Avicularioidea is a clade of mygalomorph spiders, one of the two main clades into which mygalomorphs are divided (the other being the Atypoidea). It has been treated at the rank of superfamily.

==Taxonomy==
The division of the Mygalomorphae into two clades, Atypoidea and Avicularioidea, has been established in many studies. Avicularioidea has been treated as a superfamily (at one time including all mygalomorph spiders), although other authors have placed superfamilies, such as Theraphosoidea, within Avicularioidea. The name is based on the family name "Aviculariidae", a junior synonym of Theraphosidae, ultimately deriving from the genus Avicularia.
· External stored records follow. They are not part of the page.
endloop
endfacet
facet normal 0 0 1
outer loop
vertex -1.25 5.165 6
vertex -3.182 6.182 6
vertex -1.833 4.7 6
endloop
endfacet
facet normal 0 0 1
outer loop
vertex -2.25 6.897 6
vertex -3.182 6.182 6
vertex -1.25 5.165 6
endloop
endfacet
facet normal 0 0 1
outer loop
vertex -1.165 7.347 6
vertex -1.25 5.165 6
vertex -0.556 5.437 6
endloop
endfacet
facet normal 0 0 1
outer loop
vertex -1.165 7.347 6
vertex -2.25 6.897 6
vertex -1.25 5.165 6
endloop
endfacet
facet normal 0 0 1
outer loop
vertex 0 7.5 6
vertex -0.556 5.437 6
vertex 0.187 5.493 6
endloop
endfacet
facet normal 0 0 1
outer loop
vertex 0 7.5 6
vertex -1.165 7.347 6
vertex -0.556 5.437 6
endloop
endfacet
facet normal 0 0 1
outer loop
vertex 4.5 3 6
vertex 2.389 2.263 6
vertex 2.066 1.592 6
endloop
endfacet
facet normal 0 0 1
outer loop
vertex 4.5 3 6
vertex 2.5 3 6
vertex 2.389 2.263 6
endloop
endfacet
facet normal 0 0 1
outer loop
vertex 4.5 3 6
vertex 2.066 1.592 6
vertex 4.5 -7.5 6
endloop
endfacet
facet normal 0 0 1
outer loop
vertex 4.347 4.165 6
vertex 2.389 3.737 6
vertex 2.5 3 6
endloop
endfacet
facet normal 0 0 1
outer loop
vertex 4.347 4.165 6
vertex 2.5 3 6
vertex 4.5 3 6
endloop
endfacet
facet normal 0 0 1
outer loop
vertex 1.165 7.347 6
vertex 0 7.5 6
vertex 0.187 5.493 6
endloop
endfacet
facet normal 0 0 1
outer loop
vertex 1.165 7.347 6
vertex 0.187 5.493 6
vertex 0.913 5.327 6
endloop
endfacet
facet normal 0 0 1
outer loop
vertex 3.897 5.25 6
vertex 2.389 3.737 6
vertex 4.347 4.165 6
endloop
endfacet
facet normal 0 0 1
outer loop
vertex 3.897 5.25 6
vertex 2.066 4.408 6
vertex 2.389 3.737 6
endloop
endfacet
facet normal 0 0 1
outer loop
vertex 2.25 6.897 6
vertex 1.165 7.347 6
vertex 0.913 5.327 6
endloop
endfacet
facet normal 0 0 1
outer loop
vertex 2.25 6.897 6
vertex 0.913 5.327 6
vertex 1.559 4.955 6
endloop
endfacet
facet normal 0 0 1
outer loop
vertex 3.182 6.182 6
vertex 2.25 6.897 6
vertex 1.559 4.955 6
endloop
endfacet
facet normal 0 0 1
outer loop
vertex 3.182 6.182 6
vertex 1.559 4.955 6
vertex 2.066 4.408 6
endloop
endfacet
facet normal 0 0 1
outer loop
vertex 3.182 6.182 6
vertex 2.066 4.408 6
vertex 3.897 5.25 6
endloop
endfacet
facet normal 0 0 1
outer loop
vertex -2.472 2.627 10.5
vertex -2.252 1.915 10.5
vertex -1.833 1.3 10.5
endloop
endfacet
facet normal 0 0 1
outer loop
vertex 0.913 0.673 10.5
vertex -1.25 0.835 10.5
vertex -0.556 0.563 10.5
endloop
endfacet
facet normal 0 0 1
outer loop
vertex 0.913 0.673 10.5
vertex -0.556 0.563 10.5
The Atypoidea retain some vestiges of abdominal segmentation in the form of dorsal tergites; the Avicularioidea lack these. Relationships within the Avicularioidea are not settled as of September 2018. Some established families have been shown not to be monophyletic. In 2018, the family Hexathelidae was split up, and three new families created within the Avicularioidea: Atracidae, Macrothelidae, and Porrhothelidae. Further changes are possible in the future.

===Families===
The families included in the Avicularoidea as of January 2024 are:

- Actinopodidae
- Anamidae
- Atracidae – Australian funnel-web spiders
- Barychelidae – brushed trapdoor spiders
- Bemmeridae
- Ctenizidae
- Cyrtaucheniidae – wafer trapdoor spiders
- Dipluridae – curtain-web spiders
- Entypesidae
- Euagridae
- Euctenizidae
- Halonoproctidae
- Hexathelidae
- Idiopidae – armoured trapdoor spiders
- Ischnothelidae
- Macrothelidae
- Microhexuridae
- Microstigmatidae
- Migidae – tree trapdoor spiders
- Nemesiidae
- Paratropididae – baldlegged spiders
- Porrhothelidae
- Pycnothelidae
- Stasimopidae
- Theraphosidae – tarantulas

Also included is the extinct family Fossilcalcaridae (Cretaceous) and the incertae sedis genera Cretamygale (Cretaceous) and Rosamygale (Triassic).